Filters

Filters narrow search results by metadata — language, file path, code structure, git churn, authorship — before semantic ranking. Without filters, semantic search returns the best matches from the entire index. With filters, you restrict the candidate set first, then rank within that subset.

Why it matters: In a large codebase with thousands of chunks, a query like "error handling" could return results from tests, documentation, utilities, and production code all mixed together. Filters let you say "only TypeScript, only in src/api/, only recently changed" — so every result is relevant to the task at hand.

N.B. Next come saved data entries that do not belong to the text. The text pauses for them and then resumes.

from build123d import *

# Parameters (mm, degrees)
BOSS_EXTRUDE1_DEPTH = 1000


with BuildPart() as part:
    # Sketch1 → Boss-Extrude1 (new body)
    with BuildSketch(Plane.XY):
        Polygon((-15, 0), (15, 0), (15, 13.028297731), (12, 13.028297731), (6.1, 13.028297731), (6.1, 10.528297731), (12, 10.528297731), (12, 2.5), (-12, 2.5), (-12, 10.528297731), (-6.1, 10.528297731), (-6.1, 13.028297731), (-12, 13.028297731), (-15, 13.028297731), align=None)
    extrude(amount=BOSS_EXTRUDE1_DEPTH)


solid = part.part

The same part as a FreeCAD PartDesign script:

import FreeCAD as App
import Part
import Sketcher

V = App.Vector

doc = App.newDocument("Part")
params = doc.addObject("Spreadsheet::Sheet", "Params")
for row, (alias, value) in enumerate([
    ("sketch1_width", "30 mm"),
    ("sketch1_width2", "24 mm"),
    ("sketch1_width3", "8.9 mm"),
    ("sketch1_height", "2.5 mm"),
    ("pad1_length", "1000 mm"),
], start=1):
    params.set(f"A{row}", alias)
    params.set(f"B{row}", "=" + value)
    params.setAlias(f"B{row}", alias)

body = doc.addObject("PartDesign::Body", "Body")

# Sketch on XY plane
sketch1 = body.newObject("Sketcher::SketchObject", "Sketch")
sketch1.AttachmentSupport = (doc.getObject("XY_Plane"), [""])
sketch1.MapMode = "FlatFace"
sketch1.addGeometry([
    Part.LineSegment(V(-15, 0, 0), V(15, 0, 0)),  # 0
    Part.LineSegment(V(15, 0, 0), V(15, 13, 0)),  # 1
    Part.LineSegment(V(15, 13, 0), V(6.1, 13, 0)),  # 2
    Part.LineSegment(V(6.1, 13, 0), V(6.1, 10.5, 0)),  # 3
    Part.LineSegment(V(6.1, 10.5, 0), V(12, 10.5, 0)),  # 4
    Part.LineSegment(V(12, 10.5, 0), V(12, 2.5, 0)),  # 5
    Part.LineSegment(V(12, 2.5, 0), V(-12, 2.5, 0)),  # 6
    Part.LineSegment(V(-12, 2.5, 0), V(-12, 10.5, 0)),  # 7
    Part.LineSegment(V(-12, 10.5, 0), V(-6.1, 10.5, 0)),  # 8
    Part.LineSegment(V(-6.1, 10.5, 0), V(-6.1, 13, 0)),  # 9
    Part.LineSegment(V(-6.1, 13, 0), V(-15, 13, 0)),  # 10
    Part.LineSegment(V(-15, 13, 0), V(-15, 0, 0)),  # 11
], False)
sketch1.addConstraint([
    Sketcher.Constraint("Coincident", 0, 2, 1, 1),
    Sketcher.Constraint("Coincident", 1, 2, 2, 1),
    Sketcher.Constraint("Coincident", 2, 2, 3, 1),
    Sketcher.Constraint("Coincident", 3, 2, 4, 1),
    Sketcher.Constraint("Coincident", 4, 2, 5, 1),
    Sketcher.Constraint("Coincident", 5, 2, 6, 1),
    Sketcher.Constraint("Coincident", 6, 2, 7, 1),
    Sketcher.Constraint("Coincident", 7, 2, 8, 1),
    Sketcher.Constraint("Coincident", 8, 2, 9, 1),
    Sketcher.Constraint("Coincident", 9, 2, 10, 1),
    Sketcher.Constraint("Coincident", 10, 2, 11, 1),
    Sketcher.Constraint("Coincident", 11, 2, 0, 1),
    Sketcher.Constraint("Horizontal", 0),
    Sketcher.Constraint("Vertical", 1),
    Sketcher.Constraint("Horizontal", 2),
    Sketcher.Constraint("Vertical", 3),
    Sketcher.Constraint("Horizontal", 4),
    Sketcher.Constraint("Vertical", 5),
    Sketcher.Constraint("Horizontal", 6),
    Sketcher.Constraint("Vertical", 7),
    Sketcher.Constraint("Horizontal", 8),
    Sketcher.Constraint("Vertical", 9),
    Sketcher.Constraint("Horizontal", 10),
    Sketcher.Constraint("Vertical", 11),
    Sketcher.Constraint("Symmetric", 0, 2, 11, 2, -1, 1),
    Sketcher.Constraint("Symmetric", 4, 2, 7, 2, -2),
    Sketcher.Constraint("Symmetric", 2, 2, 9, 2, -2),
    Sketcher.Constraint("DistanceX", 0, 1, 0, 2, 30.0),
    Sketcher.Constraint("DistanceX", 6, 2, 6, 1, 24.0),
    Sketcher.Constraint("DistanceX", 2, 2, 2, 1, 8.9),
    Sketcher.Constraint("DistanceY", 3, 2, 3, 1, 2.5),
    Sketcher.Constraint("DistanceY", -1, 1, 5, 2, 2.5),
    Sketcher.Constraint("DistanceY", 1, 1, 1, 2, 13.028298),
])
sketch1.setExpression("Constraints[27]", "Params.sketch1_width")
sketch1.setExpression("Constraints[28]", "Params.sketch1_width2")
sketch1.setExpression("Constraints[29]", "Params.sketch1_width3")
sketch1.setExpression("Constraints[30]", "Params.sketch1_height")
pad1 = body.newObject("PartDesign::Pad", "Pad")
pad1.Profile = sketch1
pad1.setExpression("Length", "Params.pad1_length")

doc.recompute()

Filters work with all three search modes: Code Search, Semantic Search, and Hybrid Search.

Filter Syntax

TeaRAGs uses Qdrant's native filter syntax based on boolean logic. Every filter is an object with one or more boolean operators:

{
  "must": [],      // AND — all conditions must be true
  "should": [],    // OR  — at least one condition must be true
  "must_not": []   // NOT — none of the conditions may be true
}

You can combine all three in a single filter. Conditions inside must are ANDed together; conditions inside should are ORed.

Match Filter

Exact match on a metadata field. Use when you know the exact value — a specific language, a specific author, a chunk type.

{ "key": "language", "match": { "value": "typescript" } }

When to use: filtering by language, chunk type (function, class, interface), boolean flags (isDocumentation), or exact author name.

Text Match

Partial or substring match. Use when you want to match part of a string — a directory name inside a path, a keyword in a symbol name.

{ "key": "relativePath", "match": { "text": "auth" } }

When to use: filtering by path fragments when pathPattern glob syntax is not enough, or matching partial symbol names.

Range Filter

Numeric comparison. Use for metrics — commit counts, age in days, churn ratios, bug-fix percentages.

{ "key": "git.commitCount", "range": { "gte": 5, "lte": 50 } }

Available operators: gt (greater than), gte (greater or equal), lt (less than), lte (less or equal).

When to use: finding high-churn code, recent changes, old legacy code, ownership thresholds.

Practical Examples

Find TypeScript error handling

Narrow a semantic query to a single language:

{
  "must": [{ "key": "language", "match": { "value": "typescript" } }]
}

Find error handling in TypeScript files only

Find functions in a specific directory

Combine path and structure filters to find only function-level chunks inside your API layer:

{
  "must": [
    { "key": "relativePath", "match": { "text": "src/api" } },
    { "key": "chunkType", "match": { "value": "function" } }
  ]
}

Search across multiple languages (OR)

Use should to include results from several languages at once:

{
  "should": [
    { "key": "language", "match": { "value": "typescript" } },
    { "key": "language", "match": { "value": "javascript" } }
  ]
}

Exclude test and documentation files

Remove noise from results when you only care about production code:

{
  "must_not": [
    { "key": "isDocumentation", "match": { "value": true } },
    { "key": "relativePath", "match": { "text": "test" } }
  ]
}

Combined filter: recent TypeScript functions (AND + OR + NOT)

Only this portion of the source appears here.